Stored items
▬▬▬▬▬▬

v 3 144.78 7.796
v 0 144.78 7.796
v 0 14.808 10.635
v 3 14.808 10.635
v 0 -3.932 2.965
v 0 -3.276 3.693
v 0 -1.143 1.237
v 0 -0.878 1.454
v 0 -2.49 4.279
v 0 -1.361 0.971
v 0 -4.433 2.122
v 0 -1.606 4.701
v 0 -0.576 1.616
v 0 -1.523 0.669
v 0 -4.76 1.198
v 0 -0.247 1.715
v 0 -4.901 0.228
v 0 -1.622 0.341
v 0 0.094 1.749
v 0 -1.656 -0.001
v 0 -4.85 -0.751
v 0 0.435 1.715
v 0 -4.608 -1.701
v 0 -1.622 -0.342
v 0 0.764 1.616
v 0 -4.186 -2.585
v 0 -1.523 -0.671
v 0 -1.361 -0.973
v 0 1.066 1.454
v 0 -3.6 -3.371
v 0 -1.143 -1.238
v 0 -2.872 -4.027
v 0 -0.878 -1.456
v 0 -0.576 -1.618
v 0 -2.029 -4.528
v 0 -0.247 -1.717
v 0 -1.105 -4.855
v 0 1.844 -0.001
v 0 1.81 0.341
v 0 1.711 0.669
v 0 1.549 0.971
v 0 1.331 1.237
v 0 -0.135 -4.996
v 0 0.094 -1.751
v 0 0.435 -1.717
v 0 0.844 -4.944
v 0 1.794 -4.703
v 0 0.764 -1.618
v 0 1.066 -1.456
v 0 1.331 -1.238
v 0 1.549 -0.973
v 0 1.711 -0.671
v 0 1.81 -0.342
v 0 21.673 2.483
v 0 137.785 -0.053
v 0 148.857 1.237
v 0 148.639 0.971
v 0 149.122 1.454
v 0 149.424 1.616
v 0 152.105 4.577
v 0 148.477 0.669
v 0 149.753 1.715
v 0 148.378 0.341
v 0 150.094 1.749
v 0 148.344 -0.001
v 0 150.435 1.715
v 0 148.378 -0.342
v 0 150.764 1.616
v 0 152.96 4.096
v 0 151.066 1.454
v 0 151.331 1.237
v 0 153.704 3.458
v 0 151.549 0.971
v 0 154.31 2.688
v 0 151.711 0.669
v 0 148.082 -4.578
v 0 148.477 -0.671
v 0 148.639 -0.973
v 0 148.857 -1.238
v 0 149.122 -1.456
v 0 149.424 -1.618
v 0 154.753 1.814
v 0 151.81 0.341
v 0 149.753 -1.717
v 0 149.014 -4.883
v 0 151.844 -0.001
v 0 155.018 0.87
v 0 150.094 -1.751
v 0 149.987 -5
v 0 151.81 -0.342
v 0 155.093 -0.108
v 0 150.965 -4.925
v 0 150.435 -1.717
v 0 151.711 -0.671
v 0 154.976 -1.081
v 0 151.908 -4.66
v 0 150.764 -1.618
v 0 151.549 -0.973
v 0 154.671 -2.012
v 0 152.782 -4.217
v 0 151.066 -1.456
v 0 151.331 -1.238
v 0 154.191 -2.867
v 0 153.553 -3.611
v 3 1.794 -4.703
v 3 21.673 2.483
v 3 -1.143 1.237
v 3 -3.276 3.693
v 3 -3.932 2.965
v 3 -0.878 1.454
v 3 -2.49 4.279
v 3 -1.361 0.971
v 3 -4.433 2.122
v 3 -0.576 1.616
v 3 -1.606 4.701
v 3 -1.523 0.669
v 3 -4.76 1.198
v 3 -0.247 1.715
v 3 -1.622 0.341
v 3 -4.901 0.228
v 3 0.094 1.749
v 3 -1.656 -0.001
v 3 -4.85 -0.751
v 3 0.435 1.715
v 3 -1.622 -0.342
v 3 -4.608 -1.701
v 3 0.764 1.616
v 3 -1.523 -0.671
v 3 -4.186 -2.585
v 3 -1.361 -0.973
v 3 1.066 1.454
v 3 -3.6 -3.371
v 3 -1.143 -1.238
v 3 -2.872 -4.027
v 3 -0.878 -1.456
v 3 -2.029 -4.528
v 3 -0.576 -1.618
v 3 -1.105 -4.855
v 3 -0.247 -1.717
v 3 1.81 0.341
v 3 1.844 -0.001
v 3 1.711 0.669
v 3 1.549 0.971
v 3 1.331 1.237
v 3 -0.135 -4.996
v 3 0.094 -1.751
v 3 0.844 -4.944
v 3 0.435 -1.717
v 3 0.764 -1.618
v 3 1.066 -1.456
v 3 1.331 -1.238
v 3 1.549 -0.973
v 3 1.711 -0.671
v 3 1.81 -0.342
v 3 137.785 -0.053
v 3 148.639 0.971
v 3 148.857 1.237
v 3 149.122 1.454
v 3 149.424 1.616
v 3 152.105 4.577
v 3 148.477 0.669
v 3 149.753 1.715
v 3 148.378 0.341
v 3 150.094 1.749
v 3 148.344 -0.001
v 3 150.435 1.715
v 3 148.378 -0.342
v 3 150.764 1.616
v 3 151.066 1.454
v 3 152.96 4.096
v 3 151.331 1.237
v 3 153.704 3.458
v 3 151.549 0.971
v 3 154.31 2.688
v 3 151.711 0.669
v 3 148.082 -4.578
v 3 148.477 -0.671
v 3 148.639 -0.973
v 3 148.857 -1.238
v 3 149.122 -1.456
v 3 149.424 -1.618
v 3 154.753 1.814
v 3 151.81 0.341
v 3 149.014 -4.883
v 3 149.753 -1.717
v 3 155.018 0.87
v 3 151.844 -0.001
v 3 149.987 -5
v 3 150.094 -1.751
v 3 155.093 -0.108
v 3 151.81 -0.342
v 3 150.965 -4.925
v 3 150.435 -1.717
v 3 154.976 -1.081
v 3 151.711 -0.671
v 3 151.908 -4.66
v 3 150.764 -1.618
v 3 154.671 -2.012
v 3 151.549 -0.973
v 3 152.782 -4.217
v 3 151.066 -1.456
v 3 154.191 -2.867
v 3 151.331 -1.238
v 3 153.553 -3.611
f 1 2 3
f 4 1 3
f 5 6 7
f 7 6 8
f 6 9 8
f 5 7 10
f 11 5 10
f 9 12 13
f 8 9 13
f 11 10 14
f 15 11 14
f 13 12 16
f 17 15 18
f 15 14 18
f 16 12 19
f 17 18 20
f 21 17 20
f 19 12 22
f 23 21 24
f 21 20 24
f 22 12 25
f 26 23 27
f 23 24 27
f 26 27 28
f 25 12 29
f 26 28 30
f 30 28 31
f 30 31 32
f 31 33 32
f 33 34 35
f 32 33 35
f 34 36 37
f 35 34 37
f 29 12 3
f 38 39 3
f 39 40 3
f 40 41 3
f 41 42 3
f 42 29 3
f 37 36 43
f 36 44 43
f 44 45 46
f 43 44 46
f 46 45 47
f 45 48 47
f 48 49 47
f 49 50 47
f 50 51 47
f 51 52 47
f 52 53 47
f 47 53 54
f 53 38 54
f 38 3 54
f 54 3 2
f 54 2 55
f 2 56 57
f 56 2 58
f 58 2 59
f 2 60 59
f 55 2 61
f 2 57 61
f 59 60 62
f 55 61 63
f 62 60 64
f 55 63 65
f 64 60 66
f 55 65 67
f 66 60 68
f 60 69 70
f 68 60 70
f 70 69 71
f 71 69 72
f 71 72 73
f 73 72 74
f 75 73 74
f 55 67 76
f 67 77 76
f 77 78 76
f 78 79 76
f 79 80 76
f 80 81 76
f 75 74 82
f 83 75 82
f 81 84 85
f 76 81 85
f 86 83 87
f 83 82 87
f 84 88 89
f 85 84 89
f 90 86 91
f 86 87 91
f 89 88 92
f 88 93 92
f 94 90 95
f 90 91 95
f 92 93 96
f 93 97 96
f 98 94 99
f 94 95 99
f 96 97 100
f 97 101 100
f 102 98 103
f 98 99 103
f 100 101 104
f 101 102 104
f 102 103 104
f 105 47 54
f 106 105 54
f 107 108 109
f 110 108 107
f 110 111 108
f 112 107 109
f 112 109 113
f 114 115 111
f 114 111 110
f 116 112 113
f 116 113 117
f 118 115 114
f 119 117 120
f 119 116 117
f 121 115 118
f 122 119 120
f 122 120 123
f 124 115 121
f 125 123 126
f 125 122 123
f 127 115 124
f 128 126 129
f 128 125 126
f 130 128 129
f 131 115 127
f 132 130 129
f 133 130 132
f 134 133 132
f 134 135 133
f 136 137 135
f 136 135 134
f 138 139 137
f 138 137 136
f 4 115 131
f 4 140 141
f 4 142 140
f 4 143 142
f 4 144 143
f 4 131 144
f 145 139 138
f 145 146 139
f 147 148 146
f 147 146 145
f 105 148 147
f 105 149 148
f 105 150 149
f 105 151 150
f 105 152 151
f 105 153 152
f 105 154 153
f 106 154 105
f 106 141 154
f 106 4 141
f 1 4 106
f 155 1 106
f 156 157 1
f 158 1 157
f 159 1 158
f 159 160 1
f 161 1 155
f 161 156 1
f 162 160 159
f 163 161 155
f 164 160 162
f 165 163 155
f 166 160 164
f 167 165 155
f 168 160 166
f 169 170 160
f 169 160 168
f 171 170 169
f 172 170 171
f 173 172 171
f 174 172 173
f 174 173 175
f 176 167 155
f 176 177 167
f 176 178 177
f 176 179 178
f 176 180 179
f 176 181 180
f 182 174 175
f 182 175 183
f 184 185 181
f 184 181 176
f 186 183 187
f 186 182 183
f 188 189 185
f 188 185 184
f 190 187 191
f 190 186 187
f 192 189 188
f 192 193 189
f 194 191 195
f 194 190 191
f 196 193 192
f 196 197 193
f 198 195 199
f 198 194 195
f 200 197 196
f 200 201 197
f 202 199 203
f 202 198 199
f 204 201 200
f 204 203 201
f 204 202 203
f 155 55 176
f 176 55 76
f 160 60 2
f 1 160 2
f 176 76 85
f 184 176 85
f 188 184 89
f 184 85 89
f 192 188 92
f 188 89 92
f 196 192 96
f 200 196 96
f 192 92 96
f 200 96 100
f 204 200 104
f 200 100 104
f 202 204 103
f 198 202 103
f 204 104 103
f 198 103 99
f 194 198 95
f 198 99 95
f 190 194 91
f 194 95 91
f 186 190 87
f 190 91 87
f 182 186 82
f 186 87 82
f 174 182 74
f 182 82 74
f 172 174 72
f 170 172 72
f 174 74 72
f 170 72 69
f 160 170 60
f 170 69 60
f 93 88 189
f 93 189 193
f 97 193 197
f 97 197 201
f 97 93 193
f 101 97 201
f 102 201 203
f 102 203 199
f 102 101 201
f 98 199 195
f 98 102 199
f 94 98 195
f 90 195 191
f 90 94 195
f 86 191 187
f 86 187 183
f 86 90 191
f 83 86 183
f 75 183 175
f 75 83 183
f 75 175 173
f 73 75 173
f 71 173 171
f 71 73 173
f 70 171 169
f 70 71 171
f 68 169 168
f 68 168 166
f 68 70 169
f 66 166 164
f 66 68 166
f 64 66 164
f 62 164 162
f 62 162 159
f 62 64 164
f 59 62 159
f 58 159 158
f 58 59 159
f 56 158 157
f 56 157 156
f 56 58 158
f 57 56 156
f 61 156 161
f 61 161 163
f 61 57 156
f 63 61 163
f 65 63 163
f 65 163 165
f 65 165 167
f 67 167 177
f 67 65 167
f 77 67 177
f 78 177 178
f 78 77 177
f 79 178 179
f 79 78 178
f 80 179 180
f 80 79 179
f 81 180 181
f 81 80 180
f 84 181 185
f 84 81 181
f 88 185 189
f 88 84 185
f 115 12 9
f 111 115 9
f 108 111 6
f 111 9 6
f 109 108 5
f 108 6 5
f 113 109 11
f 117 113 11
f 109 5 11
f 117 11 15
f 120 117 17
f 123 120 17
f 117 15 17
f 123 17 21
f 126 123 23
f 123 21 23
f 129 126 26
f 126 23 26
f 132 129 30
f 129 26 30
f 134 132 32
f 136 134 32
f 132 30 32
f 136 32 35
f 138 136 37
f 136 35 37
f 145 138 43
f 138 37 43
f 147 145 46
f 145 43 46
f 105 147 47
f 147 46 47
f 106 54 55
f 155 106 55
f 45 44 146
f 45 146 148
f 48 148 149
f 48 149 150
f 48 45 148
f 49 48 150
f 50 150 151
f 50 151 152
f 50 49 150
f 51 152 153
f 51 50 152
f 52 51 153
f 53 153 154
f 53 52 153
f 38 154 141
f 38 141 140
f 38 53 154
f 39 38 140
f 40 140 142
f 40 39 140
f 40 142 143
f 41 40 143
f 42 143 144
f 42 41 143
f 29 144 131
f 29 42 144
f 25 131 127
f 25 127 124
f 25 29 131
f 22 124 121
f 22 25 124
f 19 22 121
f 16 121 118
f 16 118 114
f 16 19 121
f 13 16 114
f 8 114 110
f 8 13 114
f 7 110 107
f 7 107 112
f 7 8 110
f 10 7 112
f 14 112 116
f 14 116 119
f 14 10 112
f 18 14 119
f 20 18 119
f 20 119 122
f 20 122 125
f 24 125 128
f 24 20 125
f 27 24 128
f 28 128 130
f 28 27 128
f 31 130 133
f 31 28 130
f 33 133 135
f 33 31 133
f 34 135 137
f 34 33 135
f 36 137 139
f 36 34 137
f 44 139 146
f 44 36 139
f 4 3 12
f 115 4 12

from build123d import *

# Parameters (mm, degrees)
CROQUIS1_R              = 1.75
SALIENTE_EXTRUIR1_DEPTH = 3


with BuildPart() as part:
    # Croquis1 → Saliente-Extruir1 (new body)
    with BuildSketch(Plane(origin=(0, 0, 0), x_dir=(0, 0, -1), z_dir=(1, 0, 0))):
        with BuildLine():
            Line((4.703111933, 1.793661764), (-2.482700505, 21.6730463))
            Line((-2.482700505, 21.6730463), (0.053198949, 137.784671118))
            Line((0.053198949, 137.784671118), (4.5784072, 148.082410318))
            ThreePointArc((4.5784072, 148.082410318), (2.012416575, 154.671468833), (-4.57664194, 152.105478208))
            Line((-4.57664194, 152.105478208), (-7.795940026, 144.779518768))
            Line((-7.795940026, 144.779518768), (-10.634536468, 14.808259621))
            Line((-10.634536468, 14.808259621), (-4.701346672, -1.605773238))
            ThreePointArc((-4.701346672, -1.605773238), (1.700600132, -4.60828504), (4.703111933, 1.793661764))
        make_face()
        with Locations((0.00088263, 150.093944263)):
            Circle(CROQUIS1_R, mode=Mode.SUBTRACT)
        with Locations((0.00088263, 0.093944263)):
            Circle(CROQUIS1_R, mode=Mode.SUBTRACT)
    extrude(amount=SALIENTE_EXTRUIR1_DEPTH)


solid = part.part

▬▬▬▬▬▬

● **Your goal**
Please return only the lines above, starting at the line that has "f 134 133 132" and ending at the line that has "f 105 152 151", keeping both and leaving each one unchanged.

● **Response below**
f 134 133 132
f 134 135 133
f 136 137 135
f 136 135 134
f 138 139 137
f 138 137 136
f 4 115 131
f 4 140 141
f 4 142 140
f 4 143 142
f 4 144 143
f 4 131 144
f 145 139 138
f 145 146 139
f 147 148 146
f 147 146 145
f 105 148 147
f 105 149 148
f 105 150 149
f 105 151 150
f 105 152 151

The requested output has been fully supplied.